* [Assignment]:
Nothing outside the range below should be printed. Output exactly the lines from the line with "#89=AXIS2_PLACEMENT_3D('',#70,#88,#77);" to the line with "#108=ORIENTED_EDGE('',*,*,#107,.F.);", both included.

* [Material to process]:

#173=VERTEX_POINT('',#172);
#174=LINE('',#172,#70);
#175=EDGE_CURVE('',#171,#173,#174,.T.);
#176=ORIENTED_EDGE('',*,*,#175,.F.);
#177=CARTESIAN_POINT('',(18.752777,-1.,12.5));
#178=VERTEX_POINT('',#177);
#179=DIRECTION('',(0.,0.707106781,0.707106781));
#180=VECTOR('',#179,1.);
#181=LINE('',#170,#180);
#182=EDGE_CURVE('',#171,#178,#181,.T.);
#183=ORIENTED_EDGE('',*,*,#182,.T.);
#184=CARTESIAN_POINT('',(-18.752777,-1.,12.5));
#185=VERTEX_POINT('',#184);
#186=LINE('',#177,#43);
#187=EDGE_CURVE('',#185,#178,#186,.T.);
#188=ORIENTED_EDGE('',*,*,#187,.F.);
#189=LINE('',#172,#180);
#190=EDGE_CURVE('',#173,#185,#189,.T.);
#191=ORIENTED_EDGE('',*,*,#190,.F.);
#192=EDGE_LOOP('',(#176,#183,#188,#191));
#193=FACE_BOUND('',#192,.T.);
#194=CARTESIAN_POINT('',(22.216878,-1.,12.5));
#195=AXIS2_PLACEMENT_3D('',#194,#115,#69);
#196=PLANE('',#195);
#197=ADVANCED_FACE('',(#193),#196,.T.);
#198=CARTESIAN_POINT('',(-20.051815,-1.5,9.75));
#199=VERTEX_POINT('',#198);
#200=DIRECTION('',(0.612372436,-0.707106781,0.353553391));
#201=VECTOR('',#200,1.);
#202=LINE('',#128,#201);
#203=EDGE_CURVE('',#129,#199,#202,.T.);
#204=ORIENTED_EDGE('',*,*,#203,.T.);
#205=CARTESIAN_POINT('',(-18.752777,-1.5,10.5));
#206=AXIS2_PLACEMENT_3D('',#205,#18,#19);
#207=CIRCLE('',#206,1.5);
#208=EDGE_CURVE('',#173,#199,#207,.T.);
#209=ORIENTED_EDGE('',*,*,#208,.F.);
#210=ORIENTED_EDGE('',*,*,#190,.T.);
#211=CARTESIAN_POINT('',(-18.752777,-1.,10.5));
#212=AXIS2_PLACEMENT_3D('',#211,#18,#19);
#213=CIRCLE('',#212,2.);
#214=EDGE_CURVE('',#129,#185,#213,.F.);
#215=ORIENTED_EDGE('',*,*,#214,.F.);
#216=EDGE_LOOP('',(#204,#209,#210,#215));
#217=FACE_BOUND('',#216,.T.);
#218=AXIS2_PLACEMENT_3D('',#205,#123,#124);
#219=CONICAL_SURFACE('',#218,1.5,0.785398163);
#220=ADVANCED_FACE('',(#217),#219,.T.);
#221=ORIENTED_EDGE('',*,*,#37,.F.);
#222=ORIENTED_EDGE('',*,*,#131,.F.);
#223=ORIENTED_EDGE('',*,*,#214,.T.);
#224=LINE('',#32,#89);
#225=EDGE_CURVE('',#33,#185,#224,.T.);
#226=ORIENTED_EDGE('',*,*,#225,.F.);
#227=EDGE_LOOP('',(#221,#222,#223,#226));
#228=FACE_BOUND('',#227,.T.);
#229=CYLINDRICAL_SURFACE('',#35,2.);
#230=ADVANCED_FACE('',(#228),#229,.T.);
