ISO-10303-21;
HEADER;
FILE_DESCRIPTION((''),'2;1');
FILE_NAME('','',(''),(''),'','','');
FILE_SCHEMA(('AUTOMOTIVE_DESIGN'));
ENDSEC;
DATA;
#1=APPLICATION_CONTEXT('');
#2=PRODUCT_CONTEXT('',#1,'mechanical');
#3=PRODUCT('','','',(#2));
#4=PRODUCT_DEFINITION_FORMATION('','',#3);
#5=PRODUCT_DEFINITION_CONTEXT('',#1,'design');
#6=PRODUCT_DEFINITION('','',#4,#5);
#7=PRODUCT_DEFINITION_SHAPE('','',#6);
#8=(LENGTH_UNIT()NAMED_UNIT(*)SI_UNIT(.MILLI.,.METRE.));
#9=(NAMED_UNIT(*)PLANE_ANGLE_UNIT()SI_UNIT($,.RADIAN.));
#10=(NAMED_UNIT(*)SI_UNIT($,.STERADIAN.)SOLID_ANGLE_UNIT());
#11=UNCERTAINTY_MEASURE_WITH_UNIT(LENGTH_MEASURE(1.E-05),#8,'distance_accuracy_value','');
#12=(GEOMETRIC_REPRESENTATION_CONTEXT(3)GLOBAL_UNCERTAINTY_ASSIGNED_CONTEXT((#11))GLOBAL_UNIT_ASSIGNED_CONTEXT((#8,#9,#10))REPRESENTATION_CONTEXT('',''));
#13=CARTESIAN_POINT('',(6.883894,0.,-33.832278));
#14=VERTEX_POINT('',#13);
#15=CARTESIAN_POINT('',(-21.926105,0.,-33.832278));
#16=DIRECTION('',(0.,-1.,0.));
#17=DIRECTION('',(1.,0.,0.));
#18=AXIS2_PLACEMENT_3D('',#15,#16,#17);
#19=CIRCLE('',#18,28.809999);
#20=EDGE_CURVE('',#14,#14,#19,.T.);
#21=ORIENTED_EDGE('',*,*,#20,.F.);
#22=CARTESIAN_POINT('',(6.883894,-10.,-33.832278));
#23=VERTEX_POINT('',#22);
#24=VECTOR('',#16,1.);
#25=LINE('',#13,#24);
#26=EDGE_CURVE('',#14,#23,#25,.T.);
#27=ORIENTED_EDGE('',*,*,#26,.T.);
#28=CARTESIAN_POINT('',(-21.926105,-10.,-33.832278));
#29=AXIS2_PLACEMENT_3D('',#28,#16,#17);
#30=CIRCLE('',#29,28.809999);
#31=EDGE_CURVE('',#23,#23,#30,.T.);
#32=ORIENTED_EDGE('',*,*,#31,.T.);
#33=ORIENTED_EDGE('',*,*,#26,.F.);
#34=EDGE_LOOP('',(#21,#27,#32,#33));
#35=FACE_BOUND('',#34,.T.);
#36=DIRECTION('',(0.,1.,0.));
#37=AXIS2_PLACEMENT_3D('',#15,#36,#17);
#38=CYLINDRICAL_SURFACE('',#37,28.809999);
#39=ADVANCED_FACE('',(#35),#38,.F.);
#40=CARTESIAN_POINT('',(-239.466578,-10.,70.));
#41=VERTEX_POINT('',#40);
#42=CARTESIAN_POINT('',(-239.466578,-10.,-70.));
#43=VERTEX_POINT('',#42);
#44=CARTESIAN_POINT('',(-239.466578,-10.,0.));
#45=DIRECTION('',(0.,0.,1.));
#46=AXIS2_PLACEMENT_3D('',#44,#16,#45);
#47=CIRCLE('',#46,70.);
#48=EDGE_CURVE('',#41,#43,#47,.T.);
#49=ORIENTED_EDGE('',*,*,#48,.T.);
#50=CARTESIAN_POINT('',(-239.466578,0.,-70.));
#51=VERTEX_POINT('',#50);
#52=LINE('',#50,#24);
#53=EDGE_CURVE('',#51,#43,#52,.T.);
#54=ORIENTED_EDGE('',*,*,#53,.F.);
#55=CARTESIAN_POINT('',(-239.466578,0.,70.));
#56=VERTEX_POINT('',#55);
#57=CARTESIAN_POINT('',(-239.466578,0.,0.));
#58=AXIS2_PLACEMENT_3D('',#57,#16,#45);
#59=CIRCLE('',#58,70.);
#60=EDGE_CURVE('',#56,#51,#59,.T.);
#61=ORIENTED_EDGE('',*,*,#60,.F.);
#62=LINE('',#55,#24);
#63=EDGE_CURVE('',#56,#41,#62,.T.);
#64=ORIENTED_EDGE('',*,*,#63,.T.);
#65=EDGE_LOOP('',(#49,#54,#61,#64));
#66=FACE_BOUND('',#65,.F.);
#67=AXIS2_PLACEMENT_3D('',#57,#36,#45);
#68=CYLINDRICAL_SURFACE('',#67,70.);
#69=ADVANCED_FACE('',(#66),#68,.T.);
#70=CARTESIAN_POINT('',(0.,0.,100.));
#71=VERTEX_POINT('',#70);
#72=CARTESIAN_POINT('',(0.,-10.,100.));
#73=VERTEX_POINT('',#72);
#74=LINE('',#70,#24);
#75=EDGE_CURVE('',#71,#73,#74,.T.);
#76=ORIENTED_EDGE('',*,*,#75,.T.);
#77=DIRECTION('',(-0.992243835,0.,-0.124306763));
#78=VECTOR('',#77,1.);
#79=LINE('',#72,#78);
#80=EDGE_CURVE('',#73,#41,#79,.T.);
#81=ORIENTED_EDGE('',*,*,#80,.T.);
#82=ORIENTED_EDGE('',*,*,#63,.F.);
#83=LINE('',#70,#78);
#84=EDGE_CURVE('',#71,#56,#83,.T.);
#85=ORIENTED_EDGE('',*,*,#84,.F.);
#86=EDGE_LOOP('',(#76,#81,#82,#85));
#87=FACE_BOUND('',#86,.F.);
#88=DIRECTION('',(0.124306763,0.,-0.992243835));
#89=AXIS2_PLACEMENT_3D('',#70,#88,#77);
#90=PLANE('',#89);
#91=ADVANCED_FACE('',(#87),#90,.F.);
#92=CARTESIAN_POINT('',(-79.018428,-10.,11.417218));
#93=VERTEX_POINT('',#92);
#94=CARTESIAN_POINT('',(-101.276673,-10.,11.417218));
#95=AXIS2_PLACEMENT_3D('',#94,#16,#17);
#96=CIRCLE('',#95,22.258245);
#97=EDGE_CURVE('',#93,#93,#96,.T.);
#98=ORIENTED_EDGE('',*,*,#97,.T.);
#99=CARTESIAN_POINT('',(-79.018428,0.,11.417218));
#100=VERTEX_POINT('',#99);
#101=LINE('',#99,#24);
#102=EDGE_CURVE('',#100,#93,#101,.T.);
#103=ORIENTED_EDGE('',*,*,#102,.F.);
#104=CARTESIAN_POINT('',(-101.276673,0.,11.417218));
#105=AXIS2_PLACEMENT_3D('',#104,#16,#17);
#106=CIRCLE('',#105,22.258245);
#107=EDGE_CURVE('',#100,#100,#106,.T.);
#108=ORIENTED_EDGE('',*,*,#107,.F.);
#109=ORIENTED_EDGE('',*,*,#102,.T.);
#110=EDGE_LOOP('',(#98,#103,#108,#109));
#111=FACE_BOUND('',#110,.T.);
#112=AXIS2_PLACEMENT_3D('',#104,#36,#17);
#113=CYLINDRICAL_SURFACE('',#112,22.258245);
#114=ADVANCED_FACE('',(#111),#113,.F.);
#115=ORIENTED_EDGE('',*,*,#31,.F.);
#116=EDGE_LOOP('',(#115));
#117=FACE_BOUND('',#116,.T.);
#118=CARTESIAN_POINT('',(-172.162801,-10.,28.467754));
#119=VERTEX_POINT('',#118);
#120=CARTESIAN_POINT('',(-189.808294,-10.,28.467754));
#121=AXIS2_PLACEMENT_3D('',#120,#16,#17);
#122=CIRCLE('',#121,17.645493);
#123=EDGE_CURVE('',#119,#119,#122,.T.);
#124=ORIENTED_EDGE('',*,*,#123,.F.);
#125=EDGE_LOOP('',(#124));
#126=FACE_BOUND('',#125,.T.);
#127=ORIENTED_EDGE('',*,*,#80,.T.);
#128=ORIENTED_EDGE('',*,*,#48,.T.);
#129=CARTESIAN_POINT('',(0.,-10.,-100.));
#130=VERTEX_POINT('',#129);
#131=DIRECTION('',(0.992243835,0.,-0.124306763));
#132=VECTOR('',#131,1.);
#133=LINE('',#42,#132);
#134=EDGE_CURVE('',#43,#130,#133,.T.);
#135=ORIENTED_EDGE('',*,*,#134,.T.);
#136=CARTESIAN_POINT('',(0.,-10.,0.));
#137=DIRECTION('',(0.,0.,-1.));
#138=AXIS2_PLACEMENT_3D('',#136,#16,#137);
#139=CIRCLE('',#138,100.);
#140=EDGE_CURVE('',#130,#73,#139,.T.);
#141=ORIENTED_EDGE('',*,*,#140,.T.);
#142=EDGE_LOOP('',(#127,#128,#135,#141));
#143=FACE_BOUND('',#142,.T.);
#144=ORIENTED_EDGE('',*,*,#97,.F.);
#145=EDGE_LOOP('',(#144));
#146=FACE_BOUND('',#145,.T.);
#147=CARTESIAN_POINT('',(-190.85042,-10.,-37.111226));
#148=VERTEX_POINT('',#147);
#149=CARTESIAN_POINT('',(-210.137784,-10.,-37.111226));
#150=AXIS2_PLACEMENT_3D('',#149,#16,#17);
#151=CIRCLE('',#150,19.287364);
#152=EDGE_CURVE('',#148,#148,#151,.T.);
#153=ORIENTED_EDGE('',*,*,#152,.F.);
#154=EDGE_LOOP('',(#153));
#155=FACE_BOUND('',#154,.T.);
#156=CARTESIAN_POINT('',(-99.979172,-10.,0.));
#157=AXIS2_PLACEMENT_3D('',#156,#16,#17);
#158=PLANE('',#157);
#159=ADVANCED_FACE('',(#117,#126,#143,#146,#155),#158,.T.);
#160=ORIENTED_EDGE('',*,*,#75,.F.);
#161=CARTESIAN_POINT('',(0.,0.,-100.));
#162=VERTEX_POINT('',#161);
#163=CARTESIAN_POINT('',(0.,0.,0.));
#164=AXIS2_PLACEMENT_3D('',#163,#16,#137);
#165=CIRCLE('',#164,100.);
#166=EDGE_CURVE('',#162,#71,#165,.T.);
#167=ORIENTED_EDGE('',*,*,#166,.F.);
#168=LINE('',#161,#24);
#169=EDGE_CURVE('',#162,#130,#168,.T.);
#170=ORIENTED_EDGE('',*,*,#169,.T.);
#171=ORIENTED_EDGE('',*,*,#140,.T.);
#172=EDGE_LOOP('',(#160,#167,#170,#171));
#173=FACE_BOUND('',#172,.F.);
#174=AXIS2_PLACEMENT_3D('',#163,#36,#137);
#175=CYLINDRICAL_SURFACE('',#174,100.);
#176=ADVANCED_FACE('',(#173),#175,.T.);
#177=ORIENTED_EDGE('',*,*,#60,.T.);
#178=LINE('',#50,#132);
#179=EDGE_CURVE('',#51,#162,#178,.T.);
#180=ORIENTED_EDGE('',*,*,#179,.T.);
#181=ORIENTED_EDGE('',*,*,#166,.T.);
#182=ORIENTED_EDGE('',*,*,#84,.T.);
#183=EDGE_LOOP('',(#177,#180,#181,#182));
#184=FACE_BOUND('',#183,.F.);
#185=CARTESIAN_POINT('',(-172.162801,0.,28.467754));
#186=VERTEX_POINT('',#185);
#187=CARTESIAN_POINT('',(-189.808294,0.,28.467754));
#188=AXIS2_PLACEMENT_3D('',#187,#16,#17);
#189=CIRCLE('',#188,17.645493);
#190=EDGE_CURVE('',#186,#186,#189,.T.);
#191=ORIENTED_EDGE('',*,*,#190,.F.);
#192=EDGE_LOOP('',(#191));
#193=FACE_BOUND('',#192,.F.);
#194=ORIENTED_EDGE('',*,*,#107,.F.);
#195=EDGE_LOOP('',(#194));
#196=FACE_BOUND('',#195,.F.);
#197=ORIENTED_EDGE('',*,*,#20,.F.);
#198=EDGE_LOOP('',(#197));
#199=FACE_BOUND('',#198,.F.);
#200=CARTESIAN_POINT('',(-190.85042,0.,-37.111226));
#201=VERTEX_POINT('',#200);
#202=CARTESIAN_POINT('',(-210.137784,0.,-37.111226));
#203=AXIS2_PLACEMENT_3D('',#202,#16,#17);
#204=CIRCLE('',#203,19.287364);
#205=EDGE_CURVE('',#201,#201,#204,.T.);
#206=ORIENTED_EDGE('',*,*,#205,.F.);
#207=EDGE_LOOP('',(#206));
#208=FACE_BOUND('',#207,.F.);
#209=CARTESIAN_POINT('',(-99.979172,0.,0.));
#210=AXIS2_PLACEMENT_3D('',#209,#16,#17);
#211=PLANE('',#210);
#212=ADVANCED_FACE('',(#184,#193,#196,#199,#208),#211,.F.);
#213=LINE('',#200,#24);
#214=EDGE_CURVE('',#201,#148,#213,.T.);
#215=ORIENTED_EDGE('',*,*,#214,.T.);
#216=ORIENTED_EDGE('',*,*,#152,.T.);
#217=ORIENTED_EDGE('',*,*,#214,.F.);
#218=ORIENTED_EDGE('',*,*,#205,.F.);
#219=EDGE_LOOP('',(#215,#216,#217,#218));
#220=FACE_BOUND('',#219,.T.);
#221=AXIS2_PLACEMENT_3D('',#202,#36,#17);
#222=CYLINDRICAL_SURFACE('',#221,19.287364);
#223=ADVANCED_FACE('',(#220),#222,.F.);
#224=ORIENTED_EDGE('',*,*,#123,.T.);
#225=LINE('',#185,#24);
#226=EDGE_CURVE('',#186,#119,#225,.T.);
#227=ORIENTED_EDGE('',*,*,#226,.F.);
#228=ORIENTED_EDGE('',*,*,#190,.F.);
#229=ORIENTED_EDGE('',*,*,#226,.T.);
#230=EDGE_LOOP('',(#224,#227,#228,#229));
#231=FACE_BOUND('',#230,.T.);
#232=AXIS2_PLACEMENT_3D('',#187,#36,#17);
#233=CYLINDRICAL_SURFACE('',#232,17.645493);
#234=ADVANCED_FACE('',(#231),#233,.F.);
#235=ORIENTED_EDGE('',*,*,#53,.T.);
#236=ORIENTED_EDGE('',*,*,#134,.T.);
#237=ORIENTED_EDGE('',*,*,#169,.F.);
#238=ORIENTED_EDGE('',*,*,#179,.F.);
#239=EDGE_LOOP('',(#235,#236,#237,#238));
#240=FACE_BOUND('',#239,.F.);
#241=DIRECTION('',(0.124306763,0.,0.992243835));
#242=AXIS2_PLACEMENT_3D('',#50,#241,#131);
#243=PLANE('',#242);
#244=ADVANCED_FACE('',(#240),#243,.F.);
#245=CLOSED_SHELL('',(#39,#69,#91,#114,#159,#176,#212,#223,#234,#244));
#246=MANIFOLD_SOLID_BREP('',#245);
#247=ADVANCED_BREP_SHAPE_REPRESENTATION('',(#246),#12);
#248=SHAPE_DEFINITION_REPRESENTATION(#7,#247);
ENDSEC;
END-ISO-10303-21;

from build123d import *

# Parameters (mm, degrees)
F0_R     = 19.287364
F0_R_2   = 28.809999
F0_R_3   = 17.645493
F0_R_4   = 22.258245
F1_DEPTH = 10


with BuildPart() as f1:
    # F0 (on Front) → F1 (new body)
    with BuildSketch(Plane.XZ):
        with BuildLine():
            Line((-239.466578, -70), (0, -100))
            ThreePointArc((0, -100), (100, 0), (0, 100))
            Line((0, 100), (-239.466578, 70))
            ThreePointArc((-239.466578, 70), (-309.466578, 0), (-239.466578, -70))
        make_face()
        with Locations((-210.137784, -37.111226)):
            Circle(F0_R, mode=Mode.SUBTRACT)
        with Locations((-21.926105, -33.832278)):
            Circle(F0_R_2, mode=Mode.SUBTRACT)
        with Locations((-189.808294, 28.467754)):
            Circle(F0_R_3, mode=Mode.SUBTRACT)
        with Locations((-101.276673, 11.417218)):
            Circle(F0_R_4, mode=Mode.SUBTRACT)
    extrude(amount=F1_DEPTH)


solid = f1.part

* [Answer]:
#89=AXIS2_PLACEMENT_3D('',#70,#88,#77);
#90=PLANE('',#89);
#91=ADVANCED_FACE('',(#87),#90,.F.);
#92=CARTESIAN_POINT('',(-79.018428,-10.,11.417218));
#93=VERTEX_POINT('',#92);
#94=CARTESIAN_POINT('',(-101.276673,-10.,11.417218));
#95=AXIS2_PLACEMENT_3D('',#94,#16,#17);
#96=CIRCLE('',#95,22.258245);
#97=EDGE_CURVE('',#93,#93,#96,.T.);
#98=ORIENTED_EDGE('',*,*,#97,.T.);
#99=CARTESIAN_POINT('',(-79.018428,0.,11.417218));
#100=VERTEX_POINT('',#99);
#101=LINE('',#99,#24);
#102=EDGE_CURVE('',#100,#93,#101,.T.);
#103=ORIENTED_EDGE('',*,*,#102,.F.);
#104=CARTESIAN_POINT('',(-101.276673,0.,11.417218));
#105=AXIS2_PLACEMENT_3D('',#104,#16,#17);
#106=CIRCLE('',#105,22.258245);
#107=EDGE_CURVE('',#100,#100,#106,.T.);
#108=ORIENTED_EDGE('',*,*,#107,.F.);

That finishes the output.